I understand, Karzai said. He seemed eager to accommodate, gushing with lines like "Wonderful" and "No problem" as Biden talked.
"Mr. President," Graham said, "the economy in America is on its knees. If we don't see some progress on corruption, on better government, Republicans are not going to continue to vote for more troops, more money for Afghanistan if we don't see some real change."
Biden criticized Karzai's failure to govern with all of Afghanistan in mind, his unwillingness to travel the country and build a political consensus among the many tribes and ethnicities. He mentioned the ornate homes of Afghan officials near the presidential palace, no doubt paid for by the U.S.
"You're the mayor of Kabul," Biden said, meaning Karzai was isolated in the capital. "Replacing governors willy-nilly has got to stop." Karzai routinely doled out provincial governorships as favors to his political supporters.
Graham broached the subject of Ahmed Wali Karzai. "Mr. President," he said, "now you can't come to Afghanistan without hearing about your brother."
"Well, show me the file, Senator," Karzai replied.
"We will, one day," Graham said.
The mood began to sour. Karzai seemed offended.
"There's only one issue that troubles us," Karzai said, "and that's civilian casualties. We need to work together on this. People here don't want you to leave. Your interest is to defeat terrorism. We will help."
"We're doing everything we can to minimize civilian casualties," Biden answered. "In a war, they can't all be avoided. You know that." It would help, he added, if Karzai didn't hold news conferences denouncing the U.S. every time there were allegations of civilian casualties. "You need to come to us. We will find the facts each time, but what we have to avoid is immediate public statements that don't reflect the facts."

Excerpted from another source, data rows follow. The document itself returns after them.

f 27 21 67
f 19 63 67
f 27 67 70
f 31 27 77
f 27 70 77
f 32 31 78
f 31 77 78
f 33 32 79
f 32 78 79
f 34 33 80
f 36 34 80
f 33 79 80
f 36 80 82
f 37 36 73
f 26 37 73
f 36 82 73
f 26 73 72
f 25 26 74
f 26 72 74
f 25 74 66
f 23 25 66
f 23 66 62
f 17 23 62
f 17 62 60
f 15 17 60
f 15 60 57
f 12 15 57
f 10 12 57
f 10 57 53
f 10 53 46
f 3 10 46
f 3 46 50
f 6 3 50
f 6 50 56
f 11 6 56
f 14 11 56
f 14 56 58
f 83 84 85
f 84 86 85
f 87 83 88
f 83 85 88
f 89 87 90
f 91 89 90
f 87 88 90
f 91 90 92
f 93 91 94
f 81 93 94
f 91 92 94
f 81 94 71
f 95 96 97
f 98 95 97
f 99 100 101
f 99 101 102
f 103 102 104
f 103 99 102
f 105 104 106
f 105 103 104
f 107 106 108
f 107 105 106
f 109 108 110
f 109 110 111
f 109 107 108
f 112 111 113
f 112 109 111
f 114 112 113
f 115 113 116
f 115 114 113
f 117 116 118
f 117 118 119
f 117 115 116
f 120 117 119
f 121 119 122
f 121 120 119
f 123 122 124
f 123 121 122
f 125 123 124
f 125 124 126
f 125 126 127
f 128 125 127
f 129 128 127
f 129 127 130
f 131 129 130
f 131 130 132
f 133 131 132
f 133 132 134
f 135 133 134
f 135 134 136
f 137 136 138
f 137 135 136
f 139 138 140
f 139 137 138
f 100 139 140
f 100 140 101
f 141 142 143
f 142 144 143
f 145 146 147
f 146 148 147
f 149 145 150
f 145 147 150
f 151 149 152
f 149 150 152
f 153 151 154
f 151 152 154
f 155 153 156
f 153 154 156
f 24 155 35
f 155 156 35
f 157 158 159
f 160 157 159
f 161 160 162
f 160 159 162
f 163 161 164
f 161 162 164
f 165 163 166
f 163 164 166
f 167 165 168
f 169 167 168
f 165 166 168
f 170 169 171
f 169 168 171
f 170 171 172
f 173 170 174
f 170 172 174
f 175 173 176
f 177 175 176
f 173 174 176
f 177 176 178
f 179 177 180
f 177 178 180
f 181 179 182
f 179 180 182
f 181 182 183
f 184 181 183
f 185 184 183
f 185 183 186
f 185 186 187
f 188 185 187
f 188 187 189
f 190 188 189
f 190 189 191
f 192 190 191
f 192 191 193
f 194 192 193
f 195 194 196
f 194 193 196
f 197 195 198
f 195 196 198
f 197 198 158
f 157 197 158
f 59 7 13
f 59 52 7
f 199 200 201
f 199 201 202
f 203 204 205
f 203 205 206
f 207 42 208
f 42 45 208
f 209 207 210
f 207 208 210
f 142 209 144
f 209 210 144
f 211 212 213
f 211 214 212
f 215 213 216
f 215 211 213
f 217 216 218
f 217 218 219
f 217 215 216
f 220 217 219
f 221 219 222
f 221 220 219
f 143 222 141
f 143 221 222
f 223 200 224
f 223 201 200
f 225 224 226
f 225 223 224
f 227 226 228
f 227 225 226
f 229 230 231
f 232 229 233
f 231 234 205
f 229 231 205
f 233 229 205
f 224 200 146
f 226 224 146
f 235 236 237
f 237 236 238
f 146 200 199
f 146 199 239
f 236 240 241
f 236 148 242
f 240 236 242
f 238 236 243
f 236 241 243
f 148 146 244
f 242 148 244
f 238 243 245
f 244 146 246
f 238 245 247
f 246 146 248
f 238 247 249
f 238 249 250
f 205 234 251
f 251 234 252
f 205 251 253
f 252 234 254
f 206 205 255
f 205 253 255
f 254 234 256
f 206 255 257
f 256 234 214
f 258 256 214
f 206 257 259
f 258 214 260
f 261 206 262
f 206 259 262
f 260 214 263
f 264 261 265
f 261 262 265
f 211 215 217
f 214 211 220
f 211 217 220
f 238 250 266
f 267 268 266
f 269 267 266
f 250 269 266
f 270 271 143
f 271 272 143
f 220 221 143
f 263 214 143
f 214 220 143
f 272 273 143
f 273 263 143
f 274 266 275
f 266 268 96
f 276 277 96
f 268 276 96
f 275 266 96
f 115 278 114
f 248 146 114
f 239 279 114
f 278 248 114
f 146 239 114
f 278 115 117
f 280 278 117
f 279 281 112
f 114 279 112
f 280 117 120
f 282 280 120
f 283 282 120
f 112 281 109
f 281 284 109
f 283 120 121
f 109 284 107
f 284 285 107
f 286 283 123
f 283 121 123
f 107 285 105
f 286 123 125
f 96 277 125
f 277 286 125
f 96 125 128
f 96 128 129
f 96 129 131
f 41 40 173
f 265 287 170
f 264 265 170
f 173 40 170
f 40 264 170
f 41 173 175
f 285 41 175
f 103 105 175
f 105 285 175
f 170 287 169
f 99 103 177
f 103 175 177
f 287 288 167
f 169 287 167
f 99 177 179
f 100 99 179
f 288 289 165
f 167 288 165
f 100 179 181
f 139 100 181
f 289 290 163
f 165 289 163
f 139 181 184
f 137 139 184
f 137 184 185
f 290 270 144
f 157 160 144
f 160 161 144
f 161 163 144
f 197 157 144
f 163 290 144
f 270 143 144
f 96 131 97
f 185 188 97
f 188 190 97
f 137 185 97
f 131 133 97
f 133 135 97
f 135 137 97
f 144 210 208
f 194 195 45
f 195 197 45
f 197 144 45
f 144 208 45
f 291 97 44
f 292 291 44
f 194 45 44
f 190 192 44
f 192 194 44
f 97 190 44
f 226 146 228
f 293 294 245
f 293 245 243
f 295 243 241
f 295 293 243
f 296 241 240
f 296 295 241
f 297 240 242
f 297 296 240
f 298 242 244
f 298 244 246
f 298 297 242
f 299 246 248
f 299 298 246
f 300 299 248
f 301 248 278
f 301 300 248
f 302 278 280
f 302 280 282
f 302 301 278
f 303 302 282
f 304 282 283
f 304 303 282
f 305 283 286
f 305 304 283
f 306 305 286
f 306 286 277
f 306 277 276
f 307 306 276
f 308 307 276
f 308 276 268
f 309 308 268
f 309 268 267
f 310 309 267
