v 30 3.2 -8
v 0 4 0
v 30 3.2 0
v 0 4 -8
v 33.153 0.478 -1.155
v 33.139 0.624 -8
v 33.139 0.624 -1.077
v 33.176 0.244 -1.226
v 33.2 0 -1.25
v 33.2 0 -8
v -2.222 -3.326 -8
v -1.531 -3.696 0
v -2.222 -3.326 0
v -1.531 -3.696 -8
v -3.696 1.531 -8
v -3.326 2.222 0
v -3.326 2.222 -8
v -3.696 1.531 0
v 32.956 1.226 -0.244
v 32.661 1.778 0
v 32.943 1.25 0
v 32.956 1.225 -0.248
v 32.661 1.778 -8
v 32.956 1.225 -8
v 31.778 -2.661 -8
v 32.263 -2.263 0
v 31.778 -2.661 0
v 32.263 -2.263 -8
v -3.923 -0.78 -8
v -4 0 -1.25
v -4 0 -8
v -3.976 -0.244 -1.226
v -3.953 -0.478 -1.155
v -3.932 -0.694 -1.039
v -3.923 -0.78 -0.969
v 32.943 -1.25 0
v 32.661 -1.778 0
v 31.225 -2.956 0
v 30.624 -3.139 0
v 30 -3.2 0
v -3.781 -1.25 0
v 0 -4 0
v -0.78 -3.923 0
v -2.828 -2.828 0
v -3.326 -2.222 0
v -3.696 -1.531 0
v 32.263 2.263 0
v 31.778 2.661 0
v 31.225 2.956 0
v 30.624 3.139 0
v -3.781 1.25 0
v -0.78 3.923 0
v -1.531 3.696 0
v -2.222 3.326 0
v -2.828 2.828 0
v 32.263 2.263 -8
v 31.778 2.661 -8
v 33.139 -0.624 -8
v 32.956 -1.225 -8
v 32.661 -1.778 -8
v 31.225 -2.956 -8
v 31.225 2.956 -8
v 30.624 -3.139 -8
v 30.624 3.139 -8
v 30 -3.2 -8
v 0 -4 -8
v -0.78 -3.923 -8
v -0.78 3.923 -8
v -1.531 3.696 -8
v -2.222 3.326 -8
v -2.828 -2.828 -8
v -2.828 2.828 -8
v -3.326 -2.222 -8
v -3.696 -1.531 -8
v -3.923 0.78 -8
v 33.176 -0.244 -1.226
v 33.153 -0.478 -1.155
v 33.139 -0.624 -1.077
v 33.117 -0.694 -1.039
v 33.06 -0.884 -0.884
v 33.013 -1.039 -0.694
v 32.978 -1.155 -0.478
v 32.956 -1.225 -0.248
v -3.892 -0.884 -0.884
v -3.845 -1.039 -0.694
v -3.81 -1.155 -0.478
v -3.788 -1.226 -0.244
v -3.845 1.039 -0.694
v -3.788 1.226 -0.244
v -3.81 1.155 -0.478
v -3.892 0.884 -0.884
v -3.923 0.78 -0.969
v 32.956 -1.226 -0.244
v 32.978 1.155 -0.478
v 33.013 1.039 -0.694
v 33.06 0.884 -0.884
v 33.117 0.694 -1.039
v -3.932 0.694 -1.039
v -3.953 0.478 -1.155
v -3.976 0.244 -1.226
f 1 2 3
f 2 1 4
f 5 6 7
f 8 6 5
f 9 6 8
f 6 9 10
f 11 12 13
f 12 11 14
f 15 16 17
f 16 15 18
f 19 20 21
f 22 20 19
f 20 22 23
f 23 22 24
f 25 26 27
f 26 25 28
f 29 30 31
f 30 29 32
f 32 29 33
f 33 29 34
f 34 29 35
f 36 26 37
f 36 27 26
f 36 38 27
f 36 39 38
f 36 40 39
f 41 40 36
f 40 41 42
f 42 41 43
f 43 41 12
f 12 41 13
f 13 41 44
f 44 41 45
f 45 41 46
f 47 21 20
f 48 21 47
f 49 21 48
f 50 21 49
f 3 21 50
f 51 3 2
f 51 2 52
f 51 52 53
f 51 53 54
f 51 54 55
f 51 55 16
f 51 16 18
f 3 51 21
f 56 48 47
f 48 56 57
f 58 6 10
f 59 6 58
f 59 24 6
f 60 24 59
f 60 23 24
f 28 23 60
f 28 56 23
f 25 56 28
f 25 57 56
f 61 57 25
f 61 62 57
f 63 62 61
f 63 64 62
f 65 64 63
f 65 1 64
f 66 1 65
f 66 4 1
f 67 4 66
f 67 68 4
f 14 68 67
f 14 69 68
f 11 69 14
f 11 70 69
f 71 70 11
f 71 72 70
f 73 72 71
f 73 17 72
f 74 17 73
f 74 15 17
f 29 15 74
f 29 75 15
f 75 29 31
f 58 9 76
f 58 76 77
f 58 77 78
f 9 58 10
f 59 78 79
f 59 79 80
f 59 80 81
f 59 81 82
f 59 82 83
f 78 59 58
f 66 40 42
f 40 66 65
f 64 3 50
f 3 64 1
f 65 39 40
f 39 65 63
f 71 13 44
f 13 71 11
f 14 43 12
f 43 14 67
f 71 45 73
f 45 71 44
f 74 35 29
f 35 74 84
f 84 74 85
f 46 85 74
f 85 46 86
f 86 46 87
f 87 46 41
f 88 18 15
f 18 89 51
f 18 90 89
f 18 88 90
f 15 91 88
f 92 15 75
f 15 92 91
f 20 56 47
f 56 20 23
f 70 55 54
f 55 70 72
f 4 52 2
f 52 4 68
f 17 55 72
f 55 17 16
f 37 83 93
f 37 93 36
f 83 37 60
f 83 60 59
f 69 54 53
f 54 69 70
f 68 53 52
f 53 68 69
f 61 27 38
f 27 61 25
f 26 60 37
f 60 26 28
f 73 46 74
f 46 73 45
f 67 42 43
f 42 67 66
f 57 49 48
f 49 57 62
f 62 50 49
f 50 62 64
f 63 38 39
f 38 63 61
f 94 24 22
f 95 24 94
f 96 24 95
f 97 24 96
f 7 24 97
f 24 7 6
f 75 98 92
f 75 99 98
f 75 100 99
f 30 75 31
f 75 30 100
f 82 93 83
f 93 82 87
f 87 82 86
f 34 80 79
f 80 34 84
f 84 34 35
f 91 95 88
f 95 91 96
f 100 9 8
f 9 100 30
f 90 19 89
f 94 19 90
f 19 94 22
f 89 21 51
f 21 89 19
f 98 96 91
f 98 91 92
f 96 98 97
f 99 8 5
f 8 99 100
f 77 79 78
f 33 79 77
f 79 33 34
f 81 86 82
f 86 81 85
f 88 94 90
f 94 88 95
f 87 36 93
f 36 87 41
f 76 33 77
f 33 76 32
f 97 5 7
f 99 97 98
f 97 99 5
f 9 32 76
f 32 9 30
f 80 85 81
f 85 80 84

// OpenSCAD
// COBRA Finger Segment - DISTAL
// Length: 30.0mm, Width: 8mm

$fn = 32;

module finger_segment() {
    difference() {
        hull() {
            translate([0, 0, -4])
            cylinder(h=8, d=8, center=true);
            
            translate([30.0, 0, -4])
            cylinder(h=8, d=6.4, center=true);
        }
        
        // Tendon channel
        translate([15.0, 0, 0])
        rotate([0, 90, 0])
        cylinder(h=32.0, d=2.5, center=true);
        
        // Pivot holes
        translate([0, 0, 0])
        rotate([0, 90, 0])
        cylinder(h=10, d=2.5, center=true);
        
        translate([30.0, 0, 0])
        rotate([0, 90, 0])
        cylinder(h=10, d=2.5, center=true);
    }
}

finger_segment();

Graham, the Air Force Reserve lawyer, jumped in. "Our rules of engagement are very sensitive to civilian casualties," he said. "And nobody hates it more than the people involved, but, Mr. President, we cannot be accused of every bad act the moment it happens based on what a Taliban press release says. You're feeding the enemy. You're empowering them to get more involved in the civilian population." The requirement to get a warrant before a raid was absurd, he said. "We're in the middle of a war." Graham realized he was getting hotter. "We're not going to ask our troops to become cops. We want to be partners. Nobody would like the first person to go through the door [in a raid] to be an Afghan more than Lindsey Graham, but the first person through the door is an American. And the hope is that one day the first person through the door will be an Afghan." But, he told Karzai, he had to cease playing to his domestic audience.

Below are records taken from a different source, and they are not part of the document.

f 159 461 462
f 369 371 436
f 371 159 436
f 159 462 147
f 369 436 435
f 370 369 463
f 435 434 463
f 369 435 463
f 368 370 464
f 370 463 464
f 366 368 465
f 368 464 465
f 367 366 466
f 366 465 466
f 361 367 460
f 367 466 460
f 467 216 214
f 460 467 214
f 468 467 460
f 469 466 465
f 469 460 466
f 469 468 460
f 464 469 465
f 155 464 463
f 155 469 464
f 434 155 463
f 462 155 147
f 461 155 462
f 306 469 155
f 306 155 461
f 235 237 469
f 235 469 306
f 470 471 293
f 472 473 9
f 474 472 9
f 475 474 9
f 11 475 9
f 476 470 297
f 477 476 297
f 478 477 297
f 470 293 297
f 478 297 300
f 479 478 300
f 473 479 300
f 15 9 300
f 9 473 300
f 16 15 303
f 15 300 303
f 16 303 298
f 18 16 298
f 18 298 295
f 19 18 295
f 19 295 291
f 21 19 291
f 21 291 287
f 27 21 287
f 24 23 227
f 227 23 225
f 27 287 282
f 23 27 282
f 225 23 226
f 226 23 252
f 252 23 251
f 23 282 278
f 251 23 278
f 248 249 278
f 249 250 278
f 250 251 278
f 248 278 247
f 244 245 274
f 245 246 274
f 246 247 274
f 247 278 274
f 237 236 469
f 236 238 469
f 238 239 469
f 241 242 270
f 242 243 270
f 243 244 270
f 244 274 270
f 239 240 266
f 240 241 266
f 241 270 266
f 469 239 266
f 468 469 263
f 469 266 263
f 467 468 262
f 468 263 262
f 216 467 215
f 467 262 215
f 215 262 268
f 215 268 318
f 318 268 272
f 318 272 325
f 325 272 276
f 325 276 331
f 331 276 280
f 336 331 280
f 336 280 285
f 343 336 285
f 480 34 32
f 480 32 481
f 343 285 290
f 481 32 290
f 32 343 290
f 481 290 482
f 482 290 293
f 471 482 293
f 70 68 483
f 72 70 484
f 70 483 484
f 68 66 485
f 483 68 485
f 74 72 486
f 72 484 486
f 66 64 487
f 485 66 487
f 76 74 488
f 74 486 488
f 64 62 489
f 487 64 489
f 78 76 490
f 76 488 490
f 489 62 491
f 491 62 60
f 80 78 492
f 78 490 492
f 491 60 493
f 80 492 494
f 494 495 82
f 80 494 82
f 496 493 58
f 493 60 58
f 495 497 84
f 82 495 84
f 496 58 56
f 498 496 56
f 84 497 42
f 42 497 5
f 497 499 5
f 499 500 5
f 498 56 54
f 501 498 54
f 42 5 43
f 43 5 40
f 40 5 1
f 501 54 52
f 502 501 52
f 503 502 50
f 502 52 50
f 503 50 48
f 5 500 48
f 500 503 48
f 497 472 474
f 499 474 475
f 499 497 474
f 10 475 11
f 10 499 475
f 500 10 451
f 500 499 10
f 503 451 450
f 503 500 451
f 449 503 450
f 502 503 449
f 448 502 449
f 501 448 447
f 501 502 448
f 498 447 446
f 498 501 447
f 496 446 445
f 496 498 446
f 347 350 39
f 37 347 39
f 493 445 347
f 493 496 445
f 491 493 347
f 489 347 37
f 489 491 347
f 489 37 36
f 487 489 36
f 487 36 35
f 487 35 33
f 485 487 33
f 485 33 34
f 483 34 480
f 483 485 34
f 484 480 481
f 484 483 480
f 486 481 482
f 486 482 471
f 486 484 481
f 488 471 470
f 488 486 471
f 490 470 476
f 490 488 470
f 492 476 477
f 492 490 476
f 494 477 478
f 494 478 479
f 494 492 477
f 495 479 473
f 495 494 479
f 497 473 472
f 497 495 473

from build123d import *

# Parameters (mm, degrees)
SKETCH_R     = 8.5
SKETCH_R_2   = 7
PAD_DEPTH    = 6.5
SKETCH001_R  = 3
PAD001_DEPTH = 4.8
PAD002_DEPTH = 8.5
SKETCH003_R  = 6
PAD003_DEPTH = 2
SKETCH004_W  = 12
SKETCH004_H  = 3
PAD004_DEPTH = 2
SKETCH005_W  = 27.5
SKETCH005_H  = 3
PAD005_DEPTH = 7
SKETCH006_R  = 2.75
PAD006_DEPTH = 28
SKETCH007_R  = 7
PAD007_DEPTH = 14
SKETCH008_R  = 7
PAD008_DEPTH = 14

"You have to be in on this with us," Biden added. "If this is not a war for you, then we won't be sending our warriors." The death of innocent Afghans sets back American interests, Biden said. "When we break their hearts, we'll lose their minds."

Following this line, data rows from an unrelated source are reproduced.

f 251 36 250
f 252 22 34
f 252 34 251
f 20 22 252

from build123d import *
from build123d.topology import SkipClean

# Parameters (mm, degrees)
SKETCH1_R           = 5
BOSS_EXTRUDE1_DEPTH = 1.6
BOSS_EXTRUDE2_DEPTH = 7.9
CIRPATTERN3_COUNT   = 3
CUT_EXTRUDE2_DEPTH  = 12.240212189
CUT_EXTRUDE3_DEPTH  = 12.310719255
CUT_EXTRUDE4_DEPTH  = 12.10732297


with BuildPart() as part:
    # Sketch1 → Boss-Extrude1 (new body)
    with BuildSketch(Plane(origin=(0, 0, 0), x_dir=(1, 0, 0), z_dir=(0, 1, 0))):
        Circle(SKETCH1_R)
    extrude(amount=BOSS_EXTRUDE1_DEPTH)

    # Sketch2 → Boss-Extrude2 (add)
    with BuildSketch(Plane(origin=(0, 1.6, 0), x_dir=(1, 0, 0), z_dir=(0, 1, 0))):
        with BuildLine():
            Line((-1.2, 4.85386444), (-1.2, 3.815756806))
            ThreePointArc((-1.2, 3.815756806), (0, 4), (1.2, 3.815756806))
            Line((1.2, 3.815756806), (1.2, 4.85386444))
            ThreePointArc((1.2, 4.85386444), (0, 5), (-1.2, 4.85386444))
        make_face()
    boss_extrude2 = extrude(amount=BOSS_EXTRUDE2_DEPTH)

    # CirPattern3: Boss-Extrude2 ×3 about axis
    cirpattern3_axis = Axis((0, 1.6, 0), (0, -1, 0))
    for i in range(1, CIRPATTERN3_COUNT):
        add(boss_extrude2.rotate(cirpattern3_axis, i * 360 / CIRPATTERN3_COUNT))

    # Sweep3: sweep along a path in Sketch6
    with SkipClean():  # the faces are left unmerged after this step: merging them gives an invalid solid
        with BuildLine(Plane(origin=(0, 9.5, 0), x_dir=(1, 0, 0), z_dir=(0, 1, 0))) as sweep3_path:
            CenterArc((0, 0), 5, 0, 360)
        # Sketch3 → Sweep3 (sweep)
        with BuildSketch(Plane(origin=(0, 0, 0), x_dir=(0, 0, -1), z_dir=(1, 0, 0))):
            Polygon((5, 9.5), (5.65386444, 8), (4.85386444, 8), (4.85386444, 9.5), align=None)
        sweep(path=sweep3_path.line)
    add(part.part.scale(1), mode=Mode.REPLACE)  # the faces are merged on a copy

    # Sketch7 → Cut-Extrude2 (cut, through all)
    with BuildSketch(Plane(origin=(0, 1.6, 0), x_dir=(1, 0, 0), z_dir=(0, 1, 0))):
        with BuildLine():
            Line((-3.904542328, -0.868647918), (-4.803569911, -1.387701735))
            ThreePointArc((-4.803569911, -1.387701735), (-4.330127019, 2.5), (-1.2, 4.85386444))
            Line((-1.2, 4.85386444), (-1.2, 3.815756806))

Karzai seemed to realize he had hit a sensitive nerve. "It's not a criticism," the Afghan president said. "It's letting you know there's a problem."
But let's deal with that problem in private instead of press conferences, Biden said.
Karzai's tone sharpened. Civilian casualties were a public matter. The Americans seemed to believe the death of, say, 30 Afghan villagers was insignificant. And Biden should not have belittled him in front of his own cabinet.
"This has gone on for too long," Karzai said. "The Afghan people will not support it."
"We may have reached that point ourselves, and we'll have to cut our losses," Biden said.
"The Afghan people must be partners, not victims," Karzai said.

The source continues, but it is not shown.